AIM OF THE EXERCISE:
Only one stretch of the data below is needed. Output the lines from the one with "f 51 406 401" up to and including the one with "f 422 73 74", exactly as they stand.

SOURCE RECORDS:
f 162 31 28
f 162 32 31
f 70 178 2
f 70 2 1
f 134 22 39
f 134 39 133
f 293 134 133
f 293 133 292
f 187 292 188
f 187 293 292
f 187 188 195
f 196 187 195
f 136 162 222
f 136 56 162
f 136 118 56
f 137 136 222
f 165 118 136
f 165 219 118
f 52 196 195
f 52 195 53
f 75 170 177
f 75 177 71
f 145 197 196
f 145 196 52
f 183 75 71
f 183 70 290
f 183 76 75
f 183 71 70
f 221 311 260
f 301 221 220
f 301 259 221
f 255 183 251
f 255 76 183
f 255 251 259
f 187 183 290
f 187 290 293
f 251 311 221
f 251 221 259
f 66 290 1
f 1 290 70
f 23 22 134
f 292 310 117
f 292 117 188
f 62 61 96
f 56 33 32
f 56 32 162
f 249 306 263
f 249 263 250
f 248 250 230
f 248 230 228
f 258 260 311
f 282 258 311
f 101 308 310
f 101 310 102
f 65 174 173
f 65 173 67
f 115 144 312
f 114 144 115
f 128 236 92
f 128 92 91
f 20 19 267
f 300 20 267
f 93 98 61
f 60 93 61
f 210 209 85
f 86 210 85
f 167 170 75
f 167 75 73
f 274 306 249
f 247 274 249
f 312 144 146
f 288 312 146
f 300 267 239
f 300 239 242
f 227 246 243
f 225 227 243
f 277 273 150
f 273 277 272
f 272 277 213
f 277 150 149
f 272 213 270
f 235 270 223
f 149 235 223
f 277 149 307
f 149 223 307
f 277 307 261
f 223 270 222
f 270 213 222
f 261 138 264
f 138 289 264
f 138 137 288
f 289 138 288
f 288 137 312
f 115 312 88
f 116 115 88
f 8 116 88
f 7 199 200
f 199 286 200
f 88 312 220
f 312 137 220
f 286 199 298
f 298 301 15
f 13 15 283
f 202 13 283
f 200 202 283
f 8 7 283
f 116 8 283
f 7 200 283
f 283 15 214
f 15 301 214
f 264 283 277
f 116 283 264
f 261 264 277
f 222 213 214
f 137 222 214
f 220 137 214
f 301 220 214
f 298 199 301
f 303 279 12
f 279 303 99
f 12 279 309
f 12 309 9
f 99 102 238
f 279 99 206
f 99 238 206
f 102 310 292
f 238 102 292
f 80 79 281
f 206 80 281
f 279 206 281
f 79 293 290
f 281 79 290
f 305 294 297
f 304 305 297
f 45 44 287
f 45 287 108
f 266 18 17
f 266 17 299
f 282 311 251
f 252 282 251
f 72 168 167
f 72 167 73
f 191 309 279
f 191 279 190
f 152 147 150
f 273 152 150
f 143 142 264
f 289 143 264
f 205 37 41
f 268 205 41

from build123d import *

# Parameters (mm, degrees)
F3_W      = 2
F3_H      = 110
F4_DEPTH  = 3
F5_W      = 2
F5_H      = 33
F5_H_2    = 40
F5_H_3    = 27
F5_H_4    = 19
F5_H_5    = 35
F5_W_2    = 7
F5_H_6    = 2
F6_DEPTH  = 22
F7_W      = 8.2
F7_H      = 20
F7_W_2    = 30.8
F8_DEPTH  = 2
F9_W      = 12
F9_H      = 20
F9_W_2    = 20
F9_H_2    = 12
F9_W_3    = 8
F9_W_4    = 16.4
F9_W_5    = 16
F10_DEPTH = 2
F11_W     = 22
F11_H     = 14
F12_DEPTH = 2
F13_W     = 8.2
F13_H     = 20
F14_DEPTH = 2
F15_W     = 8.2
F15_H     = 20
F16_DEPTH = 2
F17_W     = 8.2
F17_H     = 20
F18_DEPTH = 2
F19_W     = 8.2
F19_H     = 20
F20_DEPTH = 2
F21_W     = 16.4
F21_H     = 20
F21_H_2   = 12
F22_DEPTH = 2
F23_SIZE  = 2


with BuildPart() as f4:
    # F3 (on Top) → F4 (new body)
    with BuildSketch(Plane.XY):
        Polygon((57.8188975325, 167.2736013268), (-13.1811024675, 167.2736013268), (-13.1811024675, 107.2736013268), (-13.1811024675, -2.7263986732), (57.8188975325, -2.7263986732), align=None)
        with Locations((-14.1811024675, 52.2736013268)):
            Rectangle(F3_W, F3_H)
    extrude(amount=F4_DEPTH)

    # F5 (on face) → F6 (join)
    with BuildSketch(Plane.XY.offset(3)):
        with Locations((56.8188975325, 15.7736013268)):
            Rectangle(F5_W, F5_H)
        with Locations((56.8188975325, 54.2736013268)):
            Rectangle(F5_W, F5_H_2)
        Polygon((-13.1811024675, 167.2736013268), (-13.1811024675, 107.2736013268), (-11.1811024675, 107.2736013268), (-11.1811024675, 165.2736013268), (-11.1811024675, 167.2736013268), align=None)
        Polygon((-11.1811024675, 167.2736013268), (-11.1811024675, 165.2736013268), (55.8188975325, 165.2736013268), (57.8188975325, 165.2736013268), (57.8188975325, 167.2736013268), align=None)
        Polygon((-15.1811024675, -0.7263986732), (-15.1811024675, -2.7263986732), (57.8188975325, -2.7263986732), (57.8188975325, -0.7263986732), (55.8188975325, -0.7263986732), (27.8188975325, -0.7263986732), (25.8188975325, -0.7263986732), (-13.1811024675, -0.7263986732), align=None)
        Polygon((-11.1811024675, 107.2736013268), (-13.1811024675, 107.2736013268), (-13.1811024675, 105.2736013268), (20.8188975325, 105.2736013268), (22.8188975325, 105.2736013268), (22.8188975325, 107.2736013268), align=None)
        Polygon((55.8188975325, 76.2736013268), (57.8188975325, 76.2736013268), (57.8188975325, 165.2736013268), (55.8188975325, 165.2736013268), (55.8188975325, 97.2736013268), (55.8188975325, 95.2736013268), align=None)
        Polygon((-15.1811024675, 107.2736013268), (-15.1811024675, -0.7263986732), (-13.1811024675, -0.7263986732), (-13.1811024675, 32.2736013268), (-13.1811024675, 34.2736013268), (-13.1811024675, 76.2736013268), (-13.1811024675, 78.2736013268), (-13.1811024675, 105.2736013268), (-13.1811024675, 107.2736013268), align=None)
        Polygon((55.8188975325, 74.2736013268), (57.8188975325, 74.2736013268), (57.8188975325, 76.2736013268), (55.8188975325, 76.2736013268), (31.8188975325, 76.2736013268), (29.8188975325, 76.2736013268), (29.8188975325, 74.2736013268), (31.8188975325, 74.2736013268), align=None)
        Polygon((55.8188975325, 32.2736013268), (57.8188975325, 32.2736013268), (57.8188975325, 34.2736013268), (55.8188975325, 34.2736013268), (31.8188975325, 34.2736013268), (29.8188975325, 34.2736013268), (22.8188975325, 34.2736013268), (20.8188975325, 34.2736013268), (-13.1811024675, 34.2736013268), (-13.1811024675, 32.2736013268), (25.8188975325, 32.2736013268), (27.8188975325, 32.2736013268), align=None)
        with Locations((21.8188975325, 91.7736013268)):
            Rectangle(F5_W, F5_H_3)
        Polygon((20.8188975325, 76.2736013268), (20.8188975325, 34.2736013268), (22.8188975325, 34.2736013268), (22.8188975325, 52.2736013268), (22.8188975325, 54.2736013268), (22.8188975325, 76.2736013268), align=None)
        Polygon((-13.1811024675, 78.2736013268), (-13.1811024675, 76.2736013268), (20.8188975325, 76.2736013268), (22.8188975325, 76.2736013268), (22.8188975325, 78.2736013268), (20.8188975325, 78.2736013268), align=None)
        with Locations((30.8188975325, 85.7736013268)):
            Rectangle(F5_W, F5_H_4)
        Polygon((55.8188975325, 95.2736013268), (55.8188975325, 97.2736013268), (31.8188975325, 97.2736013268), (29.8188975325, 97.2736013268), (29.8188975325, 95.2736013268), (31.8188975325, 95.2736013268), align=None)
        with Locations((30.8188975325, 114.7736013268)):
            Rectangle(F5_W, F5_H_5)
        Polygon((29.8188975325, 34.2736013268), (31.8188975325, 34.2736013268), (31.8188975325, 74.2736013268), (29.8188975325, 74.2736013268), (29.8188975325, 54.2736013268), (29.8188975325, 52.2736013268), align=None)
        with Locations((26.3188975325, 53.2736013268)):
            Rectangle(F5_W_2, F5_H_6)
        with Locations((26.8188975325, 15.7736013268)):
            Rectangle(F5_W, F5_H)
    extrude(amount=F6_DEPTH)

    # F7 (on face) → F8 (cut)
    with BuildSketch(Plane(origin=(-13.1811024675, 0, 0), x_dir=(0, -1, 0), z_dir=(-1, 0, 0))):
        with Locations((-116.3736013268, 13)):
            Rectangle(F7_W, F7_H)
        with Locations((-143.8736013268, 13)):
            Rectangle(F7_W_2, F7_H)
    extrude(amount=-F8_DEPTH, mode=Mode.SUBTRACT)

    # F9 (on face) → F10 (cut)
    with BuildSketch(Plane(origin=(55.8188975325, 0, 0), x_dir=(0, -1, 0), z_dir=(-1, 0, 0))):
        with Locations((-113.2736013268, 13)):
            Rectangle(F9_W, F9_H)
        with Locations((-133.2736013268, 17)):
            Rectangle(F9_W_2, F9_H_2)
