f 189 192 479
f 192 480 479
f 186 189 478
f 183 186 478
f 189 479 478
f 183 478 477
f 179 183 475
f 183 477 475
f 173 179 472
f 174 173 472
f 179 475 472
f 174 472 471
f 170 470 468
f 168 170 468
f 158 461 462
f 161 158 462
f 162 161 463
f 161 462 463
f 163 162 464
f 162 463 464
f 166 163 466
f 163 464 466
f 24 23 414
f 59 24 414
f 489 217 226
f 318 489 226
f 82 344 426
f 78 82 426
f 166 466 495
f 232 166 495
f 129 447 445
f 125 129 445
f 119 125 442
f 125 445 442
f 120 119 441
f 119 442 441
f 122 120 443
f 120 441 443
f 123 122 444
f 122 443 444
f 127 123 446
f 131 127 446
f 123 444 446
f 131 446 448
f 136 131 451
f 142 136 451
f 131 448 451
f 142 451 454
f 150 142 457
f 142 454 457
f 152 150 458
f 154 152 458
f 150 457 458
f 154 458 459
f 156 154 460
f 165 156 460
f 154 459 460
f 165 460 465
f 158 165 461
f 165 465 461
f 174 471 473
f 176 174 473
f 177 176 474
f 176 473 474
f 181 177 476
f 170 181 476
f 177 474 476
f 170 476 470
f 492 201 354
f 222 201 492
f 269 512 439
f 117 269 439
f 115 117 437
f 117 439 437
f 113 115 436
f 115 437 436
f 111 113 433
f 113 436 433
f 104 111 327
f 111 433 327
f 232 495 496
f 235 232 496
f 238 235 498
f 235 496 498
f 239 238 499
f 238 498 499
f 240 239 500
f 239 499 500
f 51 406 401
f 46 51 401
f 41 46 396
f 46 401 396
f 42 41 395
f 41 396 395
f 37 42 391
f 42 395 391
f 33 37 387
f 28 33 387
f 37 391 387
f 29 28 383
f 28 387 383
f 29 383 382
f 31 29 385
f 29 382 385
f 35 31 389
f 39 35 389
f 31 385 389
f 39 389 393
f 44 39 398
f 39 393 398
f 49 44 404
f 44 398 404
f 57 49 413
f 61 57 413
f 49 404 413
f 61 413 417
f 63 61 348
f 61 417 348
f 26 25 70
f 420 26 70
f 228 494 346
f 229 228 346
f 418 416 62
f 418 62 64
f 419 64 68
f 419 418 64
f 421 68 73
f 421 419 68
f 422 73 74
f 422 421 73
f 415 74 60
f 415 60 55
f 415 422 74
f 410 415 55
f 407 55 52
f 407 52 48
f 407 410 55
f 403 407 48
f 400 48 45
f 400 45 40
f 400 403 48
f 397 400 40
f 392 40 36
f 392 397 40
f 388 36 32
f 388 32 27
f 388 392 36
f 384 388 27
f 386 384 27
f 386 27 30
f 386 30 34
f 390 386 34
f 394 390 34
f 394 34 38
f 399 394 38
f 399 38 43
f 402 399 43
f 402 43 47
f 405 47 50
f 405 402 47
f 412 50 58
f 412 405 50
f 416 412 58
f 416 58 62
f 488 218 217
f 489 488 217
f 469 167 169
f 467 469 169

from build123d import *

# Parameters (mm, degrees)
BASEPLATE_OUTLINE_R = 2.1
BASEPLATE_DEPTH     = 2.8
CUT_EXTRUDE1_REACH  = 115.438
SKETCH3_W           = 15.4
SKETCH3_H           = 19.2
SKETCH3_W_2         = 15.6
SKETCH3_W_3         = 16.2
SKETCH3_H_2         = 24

ANSWER AREA:
f 51 406 401
f 46 51 401
f 41 46 396
f 46 401 396
f 42 41 395
f 41 396 395
f 37 42 391
f 42 395 391
f 33 37 387
f 28 33 387
f 37 391 387
f 29 28 383
f 28 387 383
f 29 383 382
f 31 29 385
f 29 382 385
f 35 31 389
f 39 35 389
f 31 385 389
f 39 389 393
f 44 39 398
f 39 393 398
f 49 44 404
f 44 398 404
f 57 49 413
f 61 57 413
f 49 404 413
f 61 413 417
f 63 61 348
f 61 417 348
f 26 25 70
f 420 26 70
f 228 494 346
f 229 228 346
f 418 416 62
f 418 62 64
f 419 64 68
f 419 418 64
f 421 68 73
f 421 419 68
f 422 73 74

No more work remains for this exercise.